FastAPI: The Right Tool for Model Serving
FastAPI is a modern Python web framework built on two ideas: type hints and speed. It was created by Sebastian Ramirez in 2018 and has become the standard for building ML serving APIs in Python. Here is why:
- Automatic validation. FastAPI uses Pydantic models to validate incoming requests. If a client sends a string where you expected a float, FastAPI returns a clear 422 error before your code ever runs.
- Automatic documentation. FastAPI generates an interactive Swagger UI at
/docsand a ReDoc page at/redoc. No extra work required. - Asynchronous support. FastAPI runs on Uvicorn (an ASGI server), which handles concurrent requests efficiently.
- Performance. FastAPI is one of the fastest Python web frameworks, comparable to Node.js and Go for I/O-bound workloads.
Installation
pip install fastapi uvicorn scikit-learn joblib numpy pandas shap
The Minimal Prediction API
Let us start with the absolute minimum: a FastAPI app that loads a model and returns predictions.
# app.py --- Minimal prediction API
from fastapi import FastAPI
import joblib
import numpy as np
app = FastAPI(title="StreamFlow Churn Predictor", version="1.0.0")
# Load the model at startup (not per request)
model = joblib.load("model/churn_model.joblib")
@app.get("/health")
def health_check():
"""Health check endpoint for load balancers and monitoring."""
return {"status": "healthy"}
@app.post("/predict")
def predict(features: dict):
"""Accept raw features, return churn probability."""
X = np.array([list(features.values())])
probability = model.predict_proba(X)[0, 1]

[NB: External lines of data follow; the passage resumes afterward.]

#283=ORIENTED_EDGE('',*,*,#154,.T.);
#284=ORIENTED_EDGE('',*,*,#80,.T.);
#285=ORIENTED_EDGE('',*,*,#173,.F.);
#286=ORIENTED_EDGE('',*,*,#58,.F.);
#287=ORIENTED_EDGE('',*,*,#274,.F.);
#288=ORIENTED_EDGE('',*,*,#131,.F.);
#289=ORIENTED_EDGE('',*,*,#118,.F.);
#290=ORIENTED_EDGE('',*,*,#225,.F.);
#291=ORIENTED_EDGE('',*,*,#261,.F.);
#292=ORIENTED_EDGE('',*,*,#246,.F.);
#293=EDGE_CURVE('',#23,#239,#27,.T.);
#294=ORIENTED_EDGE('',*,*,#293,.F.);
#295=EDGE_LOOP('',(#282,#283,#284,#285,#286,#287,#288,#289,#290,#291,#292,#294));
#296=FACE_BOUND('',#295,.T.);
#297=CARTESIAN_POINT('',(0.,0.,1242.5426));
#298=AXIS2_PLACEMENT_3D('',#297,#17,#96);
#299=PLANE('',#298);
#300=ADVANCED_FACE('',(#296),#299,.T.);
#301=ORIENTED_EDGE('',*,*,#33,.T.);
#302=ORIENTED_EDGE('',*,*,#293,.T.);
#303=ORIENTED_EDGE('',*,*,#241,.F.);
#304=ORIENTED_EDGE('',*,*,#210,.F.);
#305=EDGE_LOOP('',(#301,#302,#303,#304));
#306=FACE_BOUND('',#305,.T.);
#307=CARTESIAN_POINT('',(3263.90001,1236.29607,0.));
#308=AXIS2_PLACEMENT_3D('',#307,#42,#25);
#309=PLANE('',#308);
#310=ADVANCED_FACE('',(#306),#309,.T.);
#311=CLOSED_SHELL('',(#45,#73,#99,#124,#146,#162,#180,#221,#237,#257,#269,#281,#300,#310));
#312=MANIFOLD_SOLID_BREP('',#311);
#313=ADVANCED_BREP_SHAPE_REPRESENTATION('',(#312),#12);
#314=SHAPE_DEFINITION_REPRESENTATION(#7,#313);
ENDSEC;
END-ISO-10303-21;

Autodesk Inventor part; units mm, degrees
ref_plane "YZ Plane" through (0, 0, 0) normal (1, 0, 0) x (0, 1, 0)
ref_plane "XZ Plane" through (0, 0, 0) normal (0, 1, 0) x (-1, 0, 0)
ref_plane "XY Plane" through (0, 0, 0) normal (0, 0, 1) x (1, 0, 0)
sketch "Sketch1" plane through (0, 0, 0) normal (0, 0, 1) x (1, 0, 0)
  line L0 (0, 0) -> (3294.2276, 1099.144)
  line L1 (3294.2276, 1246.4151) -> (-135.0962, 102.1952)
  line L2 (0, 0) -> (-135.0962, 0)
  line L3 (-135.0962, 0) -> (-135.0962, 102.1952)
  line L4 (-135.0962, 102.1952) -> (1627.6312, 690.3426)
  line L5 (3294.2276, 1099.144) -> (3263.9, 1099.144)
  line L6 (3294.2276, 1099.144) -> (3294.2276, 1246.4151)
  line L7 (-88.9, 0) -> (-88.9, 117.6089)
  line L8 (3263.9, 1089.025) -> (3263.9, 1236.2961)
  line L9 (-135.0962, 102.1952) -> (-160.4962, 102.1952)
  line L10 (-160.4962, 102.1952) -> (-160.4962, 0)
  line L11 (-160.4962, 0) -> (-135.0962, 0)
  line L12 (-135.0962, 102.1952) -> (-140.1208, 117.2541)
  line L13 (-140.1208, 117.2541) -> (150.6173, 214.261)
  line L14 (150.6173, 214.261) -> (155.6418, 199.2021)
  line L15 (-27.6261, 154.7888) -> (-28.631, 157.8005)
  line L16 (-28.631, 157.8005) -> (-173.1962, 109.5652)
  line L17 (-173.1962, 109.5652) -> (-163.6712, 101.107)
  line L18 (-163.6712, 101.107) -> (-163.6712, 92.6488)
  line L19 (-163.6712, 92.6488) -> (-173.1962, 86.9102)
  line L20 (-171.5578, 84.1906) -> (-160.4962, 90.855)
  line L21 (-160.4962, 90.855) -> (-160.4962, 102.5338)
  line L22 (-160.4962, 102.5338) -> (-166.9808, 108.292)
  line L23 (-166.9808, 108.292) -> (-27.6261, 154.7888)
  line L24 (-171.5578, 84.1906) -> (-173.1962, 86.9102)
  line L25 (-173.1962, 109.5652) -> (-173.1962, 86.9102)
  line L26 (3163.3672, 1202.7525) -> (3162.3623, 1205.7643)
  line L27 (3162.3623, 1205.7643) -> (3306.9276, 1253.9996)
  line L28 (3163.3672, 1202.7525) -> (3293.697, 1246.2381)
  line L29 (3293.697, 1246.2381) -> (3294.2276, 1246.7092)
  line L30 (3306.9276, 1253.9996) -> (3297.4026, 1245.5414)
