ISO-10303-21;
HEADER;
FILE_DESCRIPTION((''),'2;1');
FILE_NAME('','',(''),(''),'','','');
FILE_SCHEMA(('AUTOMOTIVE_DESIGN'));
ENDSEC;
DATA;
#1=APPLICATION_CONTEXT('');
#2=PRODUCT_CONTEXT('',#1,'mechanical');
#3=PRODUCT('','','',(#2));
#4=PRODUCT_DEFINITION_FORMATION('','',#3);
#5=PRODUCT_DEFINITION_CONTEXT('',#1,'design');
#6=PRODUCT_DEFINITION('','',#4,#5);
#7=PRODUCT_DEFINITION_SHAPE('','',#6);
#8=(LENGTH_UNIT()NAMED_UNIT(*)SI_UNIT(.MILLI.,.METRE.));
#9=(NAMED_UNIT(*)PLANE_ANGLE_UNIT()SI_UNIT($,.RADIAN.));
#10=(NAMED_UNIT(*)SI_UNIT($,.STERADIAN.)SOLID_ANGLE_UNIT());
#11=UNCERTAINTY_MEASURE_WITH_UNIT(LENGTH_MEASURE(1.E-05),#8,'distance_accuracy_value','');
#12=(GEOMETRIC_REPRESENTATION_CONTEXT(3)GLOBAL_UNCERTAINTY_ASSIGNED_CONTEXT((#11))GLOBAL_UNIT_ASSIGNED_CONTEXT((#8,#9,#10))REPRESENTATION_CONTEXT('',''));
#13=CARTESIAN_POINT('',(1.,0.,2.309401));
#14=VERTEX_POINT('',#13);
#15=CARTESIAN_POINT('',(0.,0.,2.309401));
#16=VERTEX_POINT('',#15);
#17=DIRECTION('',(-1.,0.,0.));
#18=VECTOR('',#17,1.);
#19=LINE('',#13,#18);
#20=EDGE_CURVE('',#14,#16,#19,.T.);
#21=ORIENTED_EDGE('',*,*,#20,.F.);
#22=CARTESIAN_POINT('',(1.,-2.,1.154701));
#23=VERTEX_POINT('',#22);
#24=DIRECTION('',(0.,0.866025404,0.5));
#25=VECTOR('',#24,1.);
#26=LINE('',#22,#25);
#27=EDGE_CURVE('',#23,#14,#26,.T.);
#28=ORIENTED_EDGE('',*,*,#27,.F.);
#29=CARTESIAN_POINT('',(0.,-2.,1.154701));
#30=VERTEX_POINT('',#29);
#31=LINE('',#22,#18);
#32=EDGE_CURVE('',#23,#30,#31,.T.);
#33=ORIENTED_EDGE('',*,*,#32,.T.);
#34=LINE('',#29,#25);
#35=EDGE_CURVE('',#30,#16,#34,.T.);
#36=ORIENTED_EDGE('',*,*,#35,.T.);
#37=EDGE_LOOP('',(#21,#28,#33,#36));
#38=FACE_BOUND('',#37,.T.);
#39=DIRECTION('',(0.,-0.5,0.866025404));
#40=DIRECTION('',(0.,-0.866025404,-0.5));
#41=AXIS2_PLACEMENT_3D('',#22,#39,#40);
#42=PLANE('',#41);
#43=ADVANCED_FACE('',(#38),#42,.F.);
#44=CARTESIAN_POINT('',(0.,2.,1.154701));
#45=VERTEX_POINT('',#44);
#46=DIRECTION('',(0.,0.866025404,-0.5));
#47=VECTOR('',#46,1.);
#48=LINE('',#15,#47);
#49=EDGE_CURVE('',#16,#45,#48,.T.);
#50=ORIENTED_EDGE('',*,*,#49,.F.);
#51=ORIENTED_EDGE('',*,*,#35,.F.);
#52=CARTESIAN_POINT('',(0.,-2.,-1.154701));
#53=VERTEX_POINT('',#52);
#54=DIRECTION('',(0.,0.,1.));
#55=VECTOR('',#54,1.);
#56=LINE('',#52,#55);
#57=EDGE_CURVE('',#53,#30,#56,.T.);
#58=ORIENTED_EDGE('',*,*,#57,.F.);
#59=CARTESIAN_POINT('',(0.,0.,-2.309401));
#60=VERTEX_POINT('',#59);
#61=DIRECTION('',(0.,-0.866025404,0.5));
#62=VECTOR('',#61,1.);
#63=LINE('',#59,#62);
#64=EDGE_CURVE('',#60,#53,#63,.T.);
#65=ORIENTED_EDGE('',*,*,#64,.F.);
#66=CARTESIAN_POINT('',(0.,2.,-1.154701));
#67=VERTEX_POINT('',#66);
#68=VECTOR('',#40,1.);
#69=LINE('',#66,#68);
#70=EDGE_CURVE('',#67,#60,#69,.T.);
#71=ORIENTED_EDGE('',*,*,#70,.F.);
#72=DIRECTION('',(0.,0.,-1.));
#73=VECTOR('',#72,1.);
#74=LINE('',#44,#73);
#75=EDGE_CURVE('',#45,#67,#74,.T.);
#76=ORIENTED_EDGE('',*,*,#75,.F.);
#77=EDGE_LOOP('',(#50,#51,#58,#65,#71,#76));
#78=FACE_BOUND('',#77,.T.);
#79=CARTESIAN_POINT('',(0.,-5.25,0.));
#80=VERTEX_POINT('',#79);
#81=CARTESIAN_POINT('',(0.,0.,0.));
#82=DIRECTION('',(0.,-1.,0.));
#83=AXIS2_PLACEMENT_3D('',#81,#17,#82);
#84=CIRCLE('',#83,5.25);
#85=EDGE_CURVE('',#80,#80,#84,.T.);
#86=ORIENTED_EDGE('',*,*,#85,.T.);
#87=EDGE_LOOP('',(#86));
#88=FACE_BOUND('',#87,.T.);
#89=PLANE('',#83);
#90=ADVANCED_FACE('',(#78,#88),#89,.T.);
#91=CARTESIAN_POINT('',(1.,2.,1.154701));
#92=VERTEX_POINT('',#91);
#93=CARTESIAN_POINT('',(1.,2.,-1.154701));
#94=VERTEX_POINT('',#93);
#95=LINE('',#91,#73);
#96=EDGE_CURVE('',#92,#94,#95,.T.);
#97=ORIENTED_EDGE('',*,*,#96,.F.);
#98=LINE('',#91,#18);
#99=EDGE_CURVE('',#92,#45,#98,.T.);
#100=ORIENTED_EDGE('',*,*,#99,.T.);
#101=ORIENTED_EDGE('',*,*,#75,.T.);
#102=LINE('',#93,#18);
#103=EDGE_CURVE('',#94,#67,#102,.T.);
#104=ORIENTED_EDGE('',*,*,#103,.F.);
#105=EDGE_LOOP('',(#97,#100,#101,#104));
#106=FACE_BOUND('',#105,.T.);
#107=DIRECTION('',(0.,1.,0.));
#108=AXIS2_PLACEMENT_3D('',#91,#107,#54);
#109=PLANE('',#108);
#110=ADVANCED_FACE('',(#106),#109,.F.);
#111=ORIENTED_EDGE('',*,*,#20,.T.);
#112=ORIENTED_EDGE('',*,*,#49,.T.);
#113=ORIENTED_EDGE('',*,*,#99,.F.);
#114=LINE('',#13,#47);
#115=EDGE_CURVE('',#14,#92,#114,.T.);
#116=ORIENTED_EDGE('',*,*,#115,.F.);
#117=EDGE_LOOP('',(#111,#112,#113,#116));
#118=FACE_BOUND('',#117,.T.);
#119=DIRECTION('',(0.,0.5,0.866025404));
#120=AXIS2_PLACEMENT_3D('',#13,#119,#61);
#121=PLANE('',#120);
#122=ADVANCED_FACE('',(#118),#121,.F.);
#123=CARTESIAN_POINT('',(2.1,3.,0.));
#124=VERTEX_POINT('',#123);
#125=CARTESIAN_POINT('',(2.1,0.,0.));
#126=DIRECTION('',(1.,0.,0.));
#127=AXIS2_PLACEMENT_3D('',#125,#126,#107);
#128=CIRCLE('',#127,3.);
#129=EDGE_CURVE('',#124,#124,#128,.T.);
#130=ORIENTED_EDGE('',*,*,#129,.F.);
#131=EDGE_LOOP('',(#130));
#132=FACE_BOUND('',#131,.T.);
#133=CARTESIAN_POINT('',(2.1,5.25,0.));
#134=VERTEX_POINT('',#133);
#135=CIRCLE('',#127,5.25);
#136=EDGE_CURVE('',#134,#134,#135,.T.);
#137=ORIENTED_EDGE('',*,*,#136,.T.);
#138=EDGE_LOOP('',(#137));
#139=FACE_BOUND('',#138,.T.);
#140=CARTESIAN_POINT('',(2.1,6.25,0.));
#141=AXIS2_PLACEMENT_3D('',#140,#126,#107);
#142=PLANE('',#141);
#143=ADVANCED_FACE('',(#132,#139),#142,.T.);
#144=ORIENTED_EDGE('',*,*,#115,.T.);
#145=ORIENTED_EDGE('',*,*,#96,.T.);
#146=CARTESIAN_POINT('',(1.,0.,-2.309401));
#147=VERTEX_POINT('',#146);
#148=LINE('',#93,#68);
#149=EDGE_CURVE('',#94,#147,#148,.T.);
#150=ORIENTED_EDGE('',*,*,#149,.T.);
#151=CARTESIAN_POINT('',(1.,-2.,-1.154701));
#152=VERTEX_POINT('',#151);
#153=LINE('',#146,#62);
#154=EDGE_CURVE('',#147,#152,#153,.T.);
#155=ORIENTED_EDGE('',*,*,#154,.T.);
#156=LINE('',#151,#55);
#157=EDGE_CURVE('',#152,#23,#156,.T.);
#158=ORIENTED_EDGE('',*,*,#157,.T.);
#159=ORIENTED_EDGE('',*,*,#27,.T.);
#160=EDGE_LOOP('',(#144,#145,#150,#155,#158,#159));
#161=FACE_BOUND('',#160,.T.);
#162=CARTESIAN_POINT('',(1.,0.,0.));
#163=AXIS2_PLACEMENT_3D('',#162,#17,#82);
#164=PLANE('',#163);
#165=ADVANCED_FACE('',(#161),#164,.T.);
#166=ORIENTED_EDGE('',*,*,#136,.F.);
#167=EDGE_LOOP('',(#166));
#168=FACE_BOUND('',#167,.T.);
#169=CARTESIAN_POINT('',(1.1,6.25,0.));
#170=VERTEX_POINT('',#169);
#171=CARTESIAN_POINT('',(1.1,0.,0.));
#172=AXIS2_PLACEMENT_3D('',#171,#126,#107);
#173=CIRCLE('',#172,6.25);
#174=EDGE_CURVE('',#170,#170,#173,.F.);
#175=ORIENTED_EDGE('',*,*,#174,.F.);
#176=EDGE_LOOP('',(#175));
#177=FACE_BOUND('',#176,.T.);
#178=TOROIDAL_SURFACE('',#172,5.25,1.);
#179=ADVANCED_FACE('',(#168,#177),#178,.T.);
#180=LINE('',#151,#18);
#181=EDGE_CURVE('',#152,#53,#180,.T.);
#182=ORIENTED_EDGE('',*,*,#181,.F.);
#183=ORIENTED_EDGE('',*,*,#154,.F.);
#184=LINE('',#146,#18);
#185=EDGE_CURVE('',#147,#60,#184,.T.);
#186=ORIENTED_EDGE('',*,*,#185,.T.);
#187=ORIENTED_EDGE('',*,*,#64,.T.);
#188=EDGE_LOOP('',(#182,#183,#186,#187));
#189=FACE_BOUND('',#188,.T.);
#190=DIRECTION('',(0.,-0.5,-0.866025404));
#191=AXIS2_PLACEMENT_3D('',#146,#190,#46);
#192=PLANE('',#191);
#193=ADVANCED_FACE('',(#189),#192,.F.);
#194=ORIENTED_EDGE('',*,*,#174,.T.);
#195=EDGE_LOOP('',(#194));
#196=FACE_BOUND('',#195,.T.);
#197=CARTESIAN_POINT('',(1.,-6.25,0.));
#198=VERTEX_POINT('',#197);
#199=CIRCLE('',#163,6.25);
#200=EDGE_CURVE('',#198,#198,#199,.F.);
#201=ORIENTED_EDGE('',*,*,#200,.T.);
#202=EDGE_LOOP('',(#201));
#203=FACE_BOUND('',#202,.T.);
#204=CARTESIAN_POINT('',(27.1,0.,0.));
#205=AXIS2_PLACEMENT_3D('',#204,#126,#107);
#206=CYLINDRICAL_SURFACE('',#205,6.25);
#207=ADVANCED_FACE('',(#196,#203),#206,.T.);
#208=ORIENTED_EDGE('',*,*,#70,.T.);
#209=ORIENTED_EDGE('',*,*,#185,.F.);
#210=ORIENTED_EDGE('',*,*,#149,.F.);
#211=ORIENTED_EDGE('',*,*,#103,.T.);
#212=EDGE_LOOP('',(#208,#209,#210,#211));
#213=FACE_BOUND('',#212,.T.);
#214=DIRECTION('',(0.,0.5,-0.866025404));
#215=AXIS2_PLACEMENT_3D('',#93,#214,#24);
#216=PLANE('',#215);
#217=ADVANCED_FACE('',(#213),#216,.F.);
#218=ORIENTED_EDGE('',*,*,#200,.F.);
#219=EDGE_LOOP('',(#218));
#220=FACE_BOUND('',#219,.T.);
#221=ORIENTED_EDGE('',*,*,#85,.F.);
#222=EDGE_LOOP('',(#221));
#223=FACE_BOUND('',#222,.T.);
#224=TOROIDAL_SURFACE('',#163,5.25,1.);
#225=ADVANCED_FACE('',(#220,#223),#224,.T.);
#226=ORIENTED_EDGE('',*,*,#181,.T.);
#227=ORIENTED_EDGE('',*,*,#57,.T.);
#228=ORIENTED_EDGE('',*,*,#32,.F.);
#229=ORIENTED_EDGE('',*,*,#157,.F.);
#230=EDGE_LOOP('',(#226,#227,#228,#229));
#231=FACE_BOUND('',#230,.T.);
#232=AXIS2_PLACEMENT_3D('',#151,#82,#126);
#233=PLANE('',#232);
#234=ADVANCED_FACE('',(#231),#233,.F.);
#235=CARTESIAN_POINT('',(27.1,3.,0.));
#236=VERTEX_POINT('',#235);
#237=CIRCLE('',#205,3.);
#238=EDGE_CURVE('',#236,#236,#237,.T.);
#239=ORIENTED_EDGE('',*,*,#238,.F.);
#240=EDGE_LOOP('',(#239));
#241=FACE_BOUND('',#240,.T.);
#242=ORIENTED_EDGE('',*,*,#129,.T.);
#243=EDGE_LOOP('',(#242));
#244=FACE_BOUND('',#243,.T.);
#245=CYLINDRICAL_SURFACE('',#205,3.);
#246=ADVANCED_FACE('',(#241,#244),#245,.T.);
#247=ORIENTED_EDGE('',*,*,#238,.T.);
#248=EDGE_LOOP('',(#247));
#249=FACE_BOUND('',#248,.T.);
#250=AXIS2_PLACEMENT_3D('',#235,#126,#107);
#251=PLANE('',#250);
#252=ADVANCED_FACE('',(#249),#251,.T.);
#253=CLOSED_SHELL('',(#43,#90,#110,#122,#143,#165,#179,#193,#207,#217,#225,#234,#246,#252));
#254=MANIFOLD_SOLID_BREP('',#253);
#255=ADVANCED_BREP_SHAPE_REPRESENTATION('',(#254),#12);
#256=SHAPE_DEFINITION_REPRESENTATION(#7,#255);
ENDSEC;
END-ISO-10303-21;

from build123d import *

# Parameters (mm, degrees)
FILLET_1_R          = 1
CUT_EXTRUDE_1_DEPTH = 1


with BuildPart() as part:
    # 草图1 → 旋转1 (revolve)
    with BuildSketch(Plane.XY):
        Polygon((0, 0), (0, 6.25), (2.1, 6.25), (2.1, 3), (27.1, 3), (27.1, 0), align=None)
    revolve(axis=Axis((27.1, 0, 0), (-1, 0, 0)))

    # 圆角1
    fillet_1_edges = [part.edges().sort_by_distance(p)[0] for p in [
        (2.1, -6.25, 0),
        (0, -6.25, 0),
    ]]
    fillet(fillet_1_edges, radius=FILLET_1_R)

    # 草图2 → 切除-拉伸1 (cut)
    with BuildSketch(Plane.ZY):
        Polygon((1.154700538, 2), (-1.154700538, 2), (-2.309401077, 0), (-1.154700538, -2), (1.154700538, -2), (2.309401077, 0), align=None)
    extrude(amount=-CUT_EXTRUDE_1_DEPTH, mode=Mode.SUBTRACT)


solid = part.part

return {"churn_probability": round(float(probability), 4)}
# Start the server
uvicorn app:app --host 0.0.0.0 --port 8000
# Test with curl
curl -X POST http://localhost:8000/predict \
-H "Content-Type: application/json" \
-d '{"tenure": 14, "monthly_charges": 89.5, "total_charges": 1253.0}'
This works, but it has a critical flaw: it accepts any dictionary. If a client sends {"color": "blue"}, the model will crash with a confusing numpy error. We need input validation.
Pydantic: Contracts Between Client and Server
Pydantic is a data validation library that uses Python type hints to define data schemas. FastAPI is built on Pydantic, so they work together seamlessly.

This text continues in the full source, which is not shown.